A lucrative tender at the Kenya Bureau of Standards (Kebs) has been dogged by controversy that has forced the contract to be postponed multiple times last year and left the standard’s agency on the spot.

Kenya Insights has established that at least 13 firms have now submitted bids for the multi-billion-shilling motor vehicle inspection contract, including two firms that are fighting from being blacklisted from doing business in Kenya.

The Sh1.5 billion contract was first advertised in January 2021 but was never awarded under unclear circumstances even though contracts for the firms undertaking inspections for Kenya abroad had lapsed.

Postponement

Over the last three months, Kebs has postponed the tender at least thrice.

The agency had announced that documents for the restricted tender were to be published on November 24, 2021. However, this was pushed to November 30 with the tender deadline being set for January 6, 2022. Kebs managing irector Bernard Njiraini has since pushed the tender deadline to January 27 following a request by one of the bidders.

“Due to the new Covid-19 variant(Omicron) and the festive season, the travel restrictions imposed by airlines have made it difficult to beat the tender deadline of 6th January, 2022. Secondly most offices are closed for the holidays. We hereby request for the extension of the tender closing date,” the request reads in part.

Among the firms invited to bid for the contract include East Africa Automobile Inspection company (EAA) that has been debarred by the Public Procurement Administrative Review Board (PPARB) from doing business in Kenya.

The firm was debarred for three years and the decision gazetted by Treasury Cabinet Secretary Ukur Yatani.

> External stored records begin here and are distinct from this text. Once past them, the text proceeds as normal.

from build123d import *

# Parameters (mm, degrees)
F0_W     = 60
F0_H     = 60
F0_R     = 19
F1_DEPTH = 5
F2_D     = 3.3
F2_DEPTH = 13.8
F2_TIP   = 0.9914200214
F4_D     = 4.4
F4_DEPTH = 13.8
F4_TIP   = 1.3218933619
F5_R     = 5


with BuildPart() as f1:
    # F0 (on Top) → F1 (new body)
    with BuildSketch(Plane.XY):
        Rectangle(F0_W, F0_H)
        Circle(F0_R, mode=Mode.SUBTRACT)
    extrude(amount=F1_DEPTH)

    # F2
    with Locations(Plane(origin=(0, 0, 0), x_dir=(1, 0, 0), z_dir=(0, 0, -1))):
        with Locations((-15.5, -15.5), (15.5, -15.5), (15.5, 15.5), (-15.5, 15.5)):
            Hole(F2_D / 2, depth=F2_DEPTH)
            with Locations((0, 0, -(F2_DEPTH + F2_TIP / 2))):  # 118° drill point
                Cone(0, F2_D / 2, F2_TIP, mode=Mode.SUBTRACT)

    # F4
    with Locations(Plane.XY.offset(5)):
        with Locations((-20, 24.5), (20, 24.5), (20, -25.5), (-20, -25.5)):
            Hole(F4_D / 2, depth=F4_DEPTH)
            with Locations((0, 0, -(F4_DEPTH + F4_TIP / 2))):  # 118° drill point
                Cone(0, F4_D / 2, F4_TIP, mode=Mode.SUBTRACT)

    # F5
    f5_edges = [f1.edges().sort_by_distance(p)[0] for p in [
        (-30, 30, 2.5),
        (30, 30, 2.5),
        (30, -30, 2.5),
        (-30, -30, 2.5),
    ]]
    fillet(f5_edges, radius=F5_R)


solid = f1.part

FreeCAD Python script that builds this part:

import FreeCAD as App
import Part
import Sketcher


def edges_at(feature, points):
    """Names of the edges that pass closest to the given points."""
    edges = feature.Shape.Edges
    near = lambda p: min(range(len(edges)), key=lambda i: edges[i].distToShape(Part.Vertex(*p))[0])
    return sorted({f"Edge{near(p) + 1}" for p in points})


def add_polygon(sketch, points):
    """Adds a closed chain of lines whose ends are joined by coincident constraints."""
    first, n = sketch.GeometryCount, len(points)
    for a, b in zip(points, points[1:] + points[:1]):
        sketch.addGeometry(Part.LineSegment(App.Vector(*a, 0), App.Vector(*b, 0)), False)
    for i in range(n):
        sketch.addConstraint(Sketcher.Constraint("Coincident", first + i, 2, first + (i + 1) % n, 1))

doc = App.newDocument("Part")
body = doc.addObject("PartDesign::Body", "Body")

sketch1 = body.newObject("Sketcher::SketchObject", "Sketch")
sketch1.AttachmentSupport = (doc.getObject("XY_Plane"), [""])
sketch1.MapMode = "FlatFace"
add_polygon(sketch1, [(-30, 30), (-30, -30), (30, -30), (30, 30)])
sketch1.addGeometry(Part.Circle(App.Vector(0, 0, 0), App.Vector(0, 0, 1), 19), False)
sketch1.addConstraint([
    Sketcher.Constraint("Vertical", 0),
    Sketcher.Constraint("Horizontal", 1),
    Sketcher.Constraint("Vertical", 2),
    Sketcher.Constraint("Horizontal", 3),
    Sketcher.Constraint("Coincident", 4, 3, -1, 1),
    Sketcher.Constraint("Symmetric", 0, 2, 2, 2, -1, 1),
    Sketcher.Constraint("Equal", 3, 0),
    Sketcher.Constraint("Diameter", 4, 38.0),
    Sketcher.Constraint("DistanceX", 1, 1, 1, 2, 60.0),
])
pad1 = body.newObject("PartDesign::Pad", "Pad")
pad1.Profile = sketch1
pad1.Length = 5

sketch2 = body.newObject("Sketcher::SketchObject", "Sketch001")
sketch2.AttachmentSupport = (doc.getObject("XY_Plane"), [""])
sketch2.MapMode = "FlatFace"
sketch2.addGeometry([
    Part.Circle(App.Vector(-15.5, 15.5, 0), App.Vector(0, 0, 1), 1.65),
    Part.Circle(App.Vector(15.5, 15.5, 0), App.Vector(0, 0, 1), 1.65),
    Part.Circle(App.Vector(15.5, -15.5, 0), App.Vector(0, 0, 1), 1.65),
    Part.Circle(App.Vector(-15.5, -15.5, 0), App.Vector(0, 0, 1), 1.65),
], False)
sketch2.addConstraint([
    Sketcher.Constraint("Equal", 0, 1),
    Sketcher.Constraint("Equal", 1, 2),
    Sketcher.Constraint("Equal", 2, 3),
    Sketcher.Constraint("Symmetric", 0, 3, 2, 3, -1, 1),
    Sketcher.Constraint("Symmetric", 1, 3, 3, 3, -1, 1),
    Sketcher.Constraint("Symmetric", 0, 3, 1, 3, -2),
    Sketcher.Constraint("Diameter", 0, 3.3),
    Sketcher.Constraint("DistanceX", 0, 3, 1, 3, 31.0),
    Sketcher.Constraint("DistanceY", 2, 3, 1, 3, 31.0),
])
doc.recompute()
hole = body.newObject("PartDesign::Hole", "Hole")
hole.Profile = sketch2
hole.ThreadType = "None"
hole.Diameter = 3.3
hole.DepthType = "Dimension"
hole.Depth = 13.8
hole.DrillPoint = "Angled"
hole.DrillPointAngle = 118
hole.Reversed = True

sketch3 = body.newObject("Sketcher::SketchObject", "Sketch002")
sketch3.AttachmentSupport = (doc.getObject("XY_Plane"), [""])
sketch3.MapMode = "FlatFace"
sketch3.AttachmentOffset = App.Placement(App.Vector(0, 0, 5), App.Rotation())
sketch3.addGeometry([
    Part.Circle(App.Vector(-20, 24.5, 0), App.Vector(0, 0, 1), 2.2),
    Part.Circle(App.Vector(20, 24.5, 0), App.Vector(0, 0, 1), 2.2),
    Part.Circle(App.Vector(20, -25.5, 0), App.Vector(0, 0, 1), 2.2),
    Part.Circle(App.Vector(-20, -25.5, 0), App.Vector(0, 0, 1), 2.2),
], False)
sketch3.addConstraint([
    Sketcher.Constraint("Equal", 0, 1),
    Sketcher.Constraint("Equal", 1, 2),
    Sketcher.Constraint("Equal", 2, 3),
    Sketcher.Constraint("Symmetric", 0, 3, 1, 3, -2),
    Sketcher.Constraint("Symmetric", 2, 3, 3, 3, -2),
    Sketcher.Constraint("Vertical", 1, 3, 2, 3),
    Sketcher.Constraint("Diameter", 0, 4.4),
    Sketcher.Constraint("DistanceX", 0, 3, -1, 1, 20.0),
    Sketcher.Constraint("DistanceY", 2, 3, 1, 3, 50.0),
    Sketcher.Constraint("DistanceY", -1, 1, 0, 3, 24.5),
])
doc.recompute()
hole2 = body.newObject("PartDesign::Hole", "Hole001")
hole2.Profile = sketch3
hole2.ThreadType = "None"
hole2.Diameter = 4.4
hole2.DepthType = "Dimension"
hole2.Depth = 13.8
hole2.DrillPoint = "Angled"
hole2.DrillPointAngle = 118
doc.recompute()

fillet = body.newObject("PartDesign::Fillet", "Fillet")
fillet.Base = (hole2, edges_at(hole2, [
    (-30, 30, 2.5),
    (30, 30, 2.5),
    (30, -30, 2.5),
    (-30, -30, 2.5),
]))
fillet.Radius = 5

doc.recompute()
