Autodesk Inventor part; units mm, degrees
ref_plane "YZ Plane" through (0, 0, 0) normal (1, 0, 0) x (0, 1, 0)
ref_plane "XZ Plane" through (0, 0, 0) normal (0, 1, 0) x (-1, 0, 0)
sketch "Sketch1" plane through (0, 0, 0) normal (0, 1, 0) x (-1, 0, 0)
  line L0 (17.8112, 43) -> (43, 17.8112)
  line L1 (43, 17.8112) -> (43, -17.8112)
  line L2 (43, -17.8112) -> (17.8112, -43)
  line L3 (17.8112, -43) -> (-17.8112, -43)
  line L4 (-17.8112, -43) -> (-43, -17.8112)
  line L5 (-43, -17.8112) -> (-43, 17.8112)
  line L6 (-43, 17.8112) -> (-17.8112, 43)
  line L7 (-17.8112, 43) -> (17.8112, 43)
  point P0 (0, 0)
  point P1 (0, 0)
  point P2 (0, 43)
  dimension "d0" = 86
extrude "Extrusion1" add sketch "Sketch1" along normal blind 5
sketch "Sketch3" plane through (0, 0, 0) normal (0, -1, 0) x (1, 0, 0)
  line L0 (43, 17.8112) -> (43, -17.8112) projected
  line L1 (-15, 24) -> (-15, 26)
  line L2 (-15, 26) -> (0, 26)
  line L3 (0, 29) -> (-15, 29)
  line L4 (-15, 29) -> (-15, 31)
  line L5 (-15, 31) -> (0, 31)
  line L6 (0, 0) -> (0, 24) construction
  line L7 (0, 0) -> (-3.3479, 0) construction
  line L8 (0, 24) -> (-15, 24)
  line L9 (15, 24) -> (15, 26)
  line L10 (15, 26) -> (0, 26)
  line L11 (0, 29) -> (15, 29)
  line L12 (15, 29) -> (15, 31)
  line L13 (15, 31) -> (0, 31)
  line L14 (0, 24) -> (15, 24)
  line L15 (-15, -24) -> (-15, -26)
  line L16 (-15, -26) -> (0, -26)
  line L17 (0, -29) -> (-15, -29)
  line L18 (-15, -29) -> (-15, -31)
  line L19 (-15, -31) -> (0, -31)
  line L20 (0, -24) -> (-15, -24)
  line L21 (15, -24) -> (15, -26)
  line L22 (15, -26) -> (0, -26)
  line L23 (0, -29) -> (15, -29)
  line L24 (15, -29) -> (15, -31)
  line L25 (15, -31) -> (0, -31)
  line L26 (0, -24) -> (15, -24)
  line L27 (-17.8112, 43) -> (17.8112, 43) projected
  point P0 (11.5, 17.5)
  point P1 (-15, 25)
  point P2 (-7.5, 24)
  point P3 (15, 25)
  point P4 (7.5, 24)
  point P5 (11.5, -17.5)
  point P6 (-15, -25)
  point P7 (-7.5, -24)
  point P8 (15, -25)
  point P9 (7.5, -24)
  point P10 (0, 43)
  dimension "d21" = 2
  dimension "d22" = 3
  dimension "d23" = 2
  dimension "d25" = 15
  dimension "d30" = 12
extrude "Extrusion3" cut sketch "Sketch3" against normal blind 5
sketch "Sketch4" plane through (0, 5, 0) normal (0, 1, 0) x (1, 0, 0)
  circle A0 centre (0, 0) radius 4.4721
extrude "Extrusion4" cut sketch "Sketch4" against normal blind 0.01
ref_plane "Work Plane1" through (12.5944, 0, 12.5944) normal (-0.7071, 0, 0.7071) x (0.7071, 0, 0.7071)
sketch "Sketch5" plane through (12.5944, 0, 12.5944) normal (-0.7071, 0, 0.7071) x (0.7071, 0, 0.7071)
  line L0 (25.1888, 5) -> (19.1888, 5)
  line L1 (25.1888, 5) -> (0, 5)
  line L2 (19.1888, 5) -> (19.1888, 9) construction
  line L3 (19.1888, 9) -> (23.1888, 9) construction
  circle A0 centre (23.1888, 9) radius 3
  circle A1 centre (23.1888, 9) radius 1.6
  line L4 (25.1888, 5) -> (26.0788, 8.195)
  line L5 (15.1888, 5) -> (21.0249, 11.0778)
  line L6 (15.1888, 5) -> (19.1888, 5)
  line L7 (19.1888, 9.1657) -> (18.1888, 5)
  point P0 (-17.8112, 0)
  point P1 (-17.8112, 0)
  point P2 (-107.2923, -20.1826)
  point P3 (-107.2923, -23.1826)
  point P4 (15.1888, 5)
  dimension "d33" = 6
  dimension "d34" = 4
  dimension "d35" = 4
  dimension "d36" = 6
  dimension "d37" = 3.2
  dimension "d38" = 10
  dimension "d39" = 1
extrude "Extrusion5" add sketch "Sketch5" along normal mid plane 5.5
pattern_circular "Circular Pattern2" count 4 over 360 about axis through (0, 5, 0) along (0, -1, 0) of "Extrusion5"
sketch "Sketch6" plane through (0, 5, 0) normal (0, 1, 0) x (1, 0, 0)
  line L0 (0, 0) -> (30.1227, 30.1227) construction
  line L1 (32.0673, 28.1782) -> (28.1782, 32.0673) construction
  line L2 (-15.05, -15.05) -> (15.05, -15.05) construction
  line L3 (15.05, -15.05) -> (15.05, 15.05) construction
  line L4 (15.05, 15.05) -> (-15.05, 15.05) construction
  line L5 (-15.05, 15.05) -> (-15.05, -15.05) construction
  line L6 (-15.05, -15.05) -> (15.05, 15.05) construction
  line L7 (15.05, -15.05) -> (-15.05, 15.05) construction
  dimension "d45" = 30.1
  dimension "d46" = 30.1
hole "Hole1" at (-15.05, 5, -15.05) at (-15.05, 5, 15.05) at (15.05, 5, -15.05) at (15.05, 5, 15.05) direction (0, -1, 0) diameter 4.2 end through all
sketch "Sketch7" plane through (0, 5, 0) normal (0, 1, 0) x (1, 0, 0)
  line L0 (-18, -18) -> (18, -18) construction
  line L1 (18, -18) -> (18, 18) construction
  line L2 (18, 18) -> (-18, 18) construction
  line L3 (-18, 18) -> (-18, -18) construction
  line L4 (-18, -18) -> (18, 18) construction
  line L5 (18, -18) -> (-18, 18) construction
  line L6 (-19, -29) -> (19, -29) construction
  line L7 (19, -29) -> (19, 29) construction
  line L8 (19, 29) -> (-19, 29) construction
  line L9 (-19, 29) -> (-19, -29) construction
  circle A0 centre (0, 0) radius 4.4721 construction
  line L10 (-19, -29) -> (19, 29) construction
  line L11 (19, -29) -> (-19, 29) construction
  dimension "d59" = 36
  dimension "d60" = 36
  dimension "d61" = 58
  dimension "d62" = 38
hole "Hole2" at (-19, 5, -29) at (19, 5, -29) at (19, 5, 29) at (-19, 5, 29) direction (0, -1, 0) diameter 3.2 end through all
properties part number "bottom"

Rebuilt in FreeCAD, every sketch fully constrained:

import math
import FreeCAD as App
import Part
import Sketcher
Q = App.Units.Quantity

doc = App.newDocument("Part")
body = doc.addObject("PartDesign::Body", "Body")

sketch1 = body.newObject("Sketcher::SketchObject", "Sketch")
sketch1.AttachmentSupport = (doc.getObject("XZ_Plane"), [""])
sketch1.MapMode = "FlatFace"
sketch1.addGeometry([
    Part.LineSegment(App.Vector(-43, 18, 0), App.Vector(-18, 43, 0)),
    Part.LineSegment(App.Vector(-18, 43, 0), App.Vector(18, 43, 0)),
    Part.LineSegment(App.Vector(18, 43, 0), App.Vector(43, 18, 0)),
    Part.LineSegment(App.Vector(43, 18, 0), App.Vector(43, -18, 0)),
    Part.LineSegment(App.Vector(43, -18, 0), App.Vector(18, -43, 0)),
    Part.LineSegment(App.Vector(18, -43, 0), App.Vector(-18, -43, 0)),
    Part.LineSegment(App.Vector(-18, -43, 0), App.Vector(-43, -18, 0)),
    Part.LineSegment(App.Vector(-43, -18, 0), App.Vector(-43, 18, 0)),
], False)
sketch1.addConstraint([
    Sketcher.Constraint("Coincident", 0, 2, 1, 1),
    Sketcher.Constraint("Coincident", 1, 2, 2, 1),
    Sketcher.Constraint("Coincident", 2, 2, 3, 1),
    Sketcher.Constraint("Coincident", 3, 2, 4, 1),
    Sketcher.Constraint("Coincident", 4, 2, 5, 1),
    Sketcher.Constraint("Coincident", 5, 2, 6, 1),
    Sketcher.Constraint("Coincident", 6, 2, 7, 1),
    Sketcher.Constraint("Coincident", 7, 2, 0, 1),
    Sketcher.Constraint("Horizontal", 1),
    Sketcher.Constraint("Vertical", 3),
    Sketcher.Constraint("Horizontal", 5),
    Sketcher.Constraint("Vertical", 7),
    Sketcher.Constraint("Symmetric", 0, 2, 4, 2, -1, 1),
    Sketcher.Constraint("Symmetric", 2, 2, 6, 2, -1, 1),
    Sketcher.Constraint("Perpendicular", 0, 2),
    Sketcher.Constraint("Perpendicular", 2, 4),
    Sketcher.Constraint("Perpendicular", 4, 6),
    Sketcher.Constraint("Horizontal", 3, 2, 6, 2),
    Sketcher.Constraint("Vertical", 1, 2, 4, 2),
    Sketcher.Constraint("Equal", 5, 3),
    Sketcher.Constraint("DistanceY", 4, 2, 1, 2, Q("86 mm")),
    Sketcher.Constraint("DistanceX", 1, 1, 1, 2, Q("35.6224 mm")),
])
pad1 = body.newObject("PartDesign::Pad", "Pad")
pad1.Profile = sketch1
pad1.Length = 5
pad1.Reversed = True

sketch2 = body.newObject("Sketcher::SketchObject", "Sketch001")
sketch2.AttachmentSupport = (doc.getObject("XZ_Plane"), [""])
sketch2.MapMode = "FlatFace"
sketch2.addGeometry([
    Part.LineSegment(App.Vector(-15, 26, 0), App.Vector(-15, 24, 0)),
    Part.LineSegment(App.Vector(-15, 24, 0), App.Vector(15, 24, 0)),
    Part.LineSegment(App.Vector(15, 24, 0), App.Vector(15, 26, 0)),
    Part.LineSegment(App.Vector(15, 26, 0), App.Vector(-15, 26, 0)),
    Part.LineSegment(App.Vector(-15, 29, 0), App.Vector(15, 29, 0)),
    Part.LineSegment(App.Vector(15, 29, 0), App.Vector(15, 31, 0)),
    Part.LineSegment(App.Vector(15, 31, 0), App.Vector(-15, 31, 0)),
    Part.LineSegment(App.Vector(-15, 31, 0), App.Vector(-15, 29, 0)),
    Part.LineSegment(App.Vector(15, -24, 0), App.Vector(-15, -24, 0)),
    Part.LineSegment(App.Vector(-15, -24, 0), App.Vector(-15, -26, 0)),
    Part.LineSegment(App.Vector(-15, -26, 0), App.Vector(15, -26, 0)),
    Part.LineSegment(App.Vector(15, -26, 0), App.Vector(15, -24, 0)),
    Part.LineSegment(App.Vector(15, -29, 0), App.Vector(-15, -29, 0)),
    Part.LineSegment(App.Vector(-15, -29, 0), App.Vector(-15, -31, 0)),
    Part.LineSegment(App.Vector(-15, -31, 0), App.Vector(15, -31, 0)),
    Part.LineSegment(App.Vector(15, -31, 0), App.Vector(15, -29, 0)),
], False)
sketch2.addConstraint([
    Sketcher.Constraint("Coincident", 0, 2, 1, 1),
    Sketcher.Constraint("Coincident", 1, 2, 2, 1),
    Sketcher.Constraint("Coincident", 2, 2, 3, 1),
    Sketcher.Constraint("Coincident", 3, 2, 0, 1),
    Sketcher.Constraint("Coincident", 4, 2, 5, 1),
    Sketcher.Constraint("Coincident", 5, 2, 6, 1),
    Sketcher.Constraint("Coincident", 6, 2, 7, 1),
    Sketcher.Constraint("Coincident", 7, 2, 4, 1),
    Sketcher.Constraint("Coincident", 8, 2, 9, 1),
    Sketcher.Constraint("Coincident", 9, 2, 10, 1),
    Sketcher.Constraint("Coincident", 10, 2, 11, 1),
    Sketcher.Constraint("Coincident", 11, 2, 8, 1),
    Sketcher.Constraint("Coincident", 12, 2, 13, 1),
    Sketcher.Constraint("Coincident", 13, 2, 14, 1),
    Sketcher.Constraint("Coincident", 14, 2, 15, 1),
    Sketcher.Constraint("Coincident", 15, 2, 12, 1),
    Sketcher.Constraint("Vertical", 0),
    Sketcher.Constraint("Horizontal", 1),
    Sketcher.Constraint("Vertical", 2),
    Sketcher.Constraint("Horizontal", 3),
    Sketcher.Constraint("Horizontal", 4),
    Sketcher.Constraint("Vertical", 5),
    Sketcher.Constraint("Horizontal", 6),
    Sketcher.Constraint("Vertical", 7),
    Sketcher.Constraint("Horizontal", 8),
    Sketcher.Constraint("Vertical", 9),
    Sketcher.Constraint("Horizontal", 10),
    Sketcher.Constraint("Vertical", 11),
    Sketcher.Constraint("Horizontal", 12),
    Sketcher.Constraint("Vertical", 13),
    Sketcher.Constraint("Horizontal", 14),
    Sketcher.Constraint("Vertical", 15),
    Sketcher.Constraint("Symmetric", 1, 2, 8, 2, -1, 1),
    Sketcher.Constraint("Symmetric", 3, 2, 10, 2, -1, 1),
    Sketcher.Constraint("Symmetric", 4, 2, 12, 2, -1, 1),
    Sketcher.Constraint("Symmetric", 6, 2, 14, 2, -1, 1),
    Sketcher.Constraint("Vertical", 2, 2, 4, 2),
    Sketcher.Constraint("Vertical", 3, 2, 6, 2),
    Sketcher.Constraint("Vertical", 7, 2, 8, 2),
    Sketcher.Constraint("Equal", 2, 5),
    Sketcher.Constraint("DistanceY", 0, 2, 0, 1, Q("2 mm")),
    Sketcher.Constraint("DistanceX", 0, 2, -1, 1, Q("15 mm")),
    Sketcher.Constraint("DistanceY", 2, 2, 4, 2, Q("3 mm")),
    Sketcher.Constraint("DistanceY", -1, 1, 0, 2, Q("24 mm")),
])
pocket1 = body.newObject("PartDesign::Pocket", "Pocket")
pocket1.Profile = sketch2
pocket1.Length = 5

sketch3 = body.newObject("Sketcher::SketchObject", "Sketch002")
sketch3.AttachmentSupport = (doc.getObject("XZ_Plane"), [""])
sketch3.MapMode = "FlatFace"
sketch3.AttachmentOffset = App.Placement(App.Vector(0, 0, -5), App.Rotation())
sketch3.addGeometry(Part.Circle(App.Vector(0, 0, 0), App.Vector(0, 0, 1), 4.5), False)
sketch3.addConstraint([
    Sketcher.Constraint("Coincident", 0, 3, -1, 1),
    Sketcher.Constraint("Diameter", 0, Q("8.9442 mm")),
])
pocket2 = body.newObject("PartDesign::Pocket", "Pocket001")
pocket2.Profile = sketch3
pocket2.Length = 0.01
pocket2.Reversed = True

However, EAA dashed to court and obtained orders staying the debarment pending the hearing and determination of the suit.

EAA was debarred for alleged falsification of documents in previous contract.

The decision to debar EAA was arrived at after various investigative agencies including the Directorate of Criminal Investigations in conjunction with Interpol, the National Assembly’s Public Investments Committee and the Auditor General separately concluded that the firm was involved in falsification of its bid documents.

EAA was debarred in June last year after PPARB ruled that the company forged documents in different bids placed between 2011 to 2019.

Also invited to bid for the contract is Auto Terminal Japan Ltd (ATJ).

The company is embroiled in vicious court cases with PPARB fighting debarment for alleged falsification of documents.

The Auditor General, the DCI and PICalso alleged forgery of bid documents by ATJ to win previous multi billion shillings Kebss contracts for motor vehicle inspection.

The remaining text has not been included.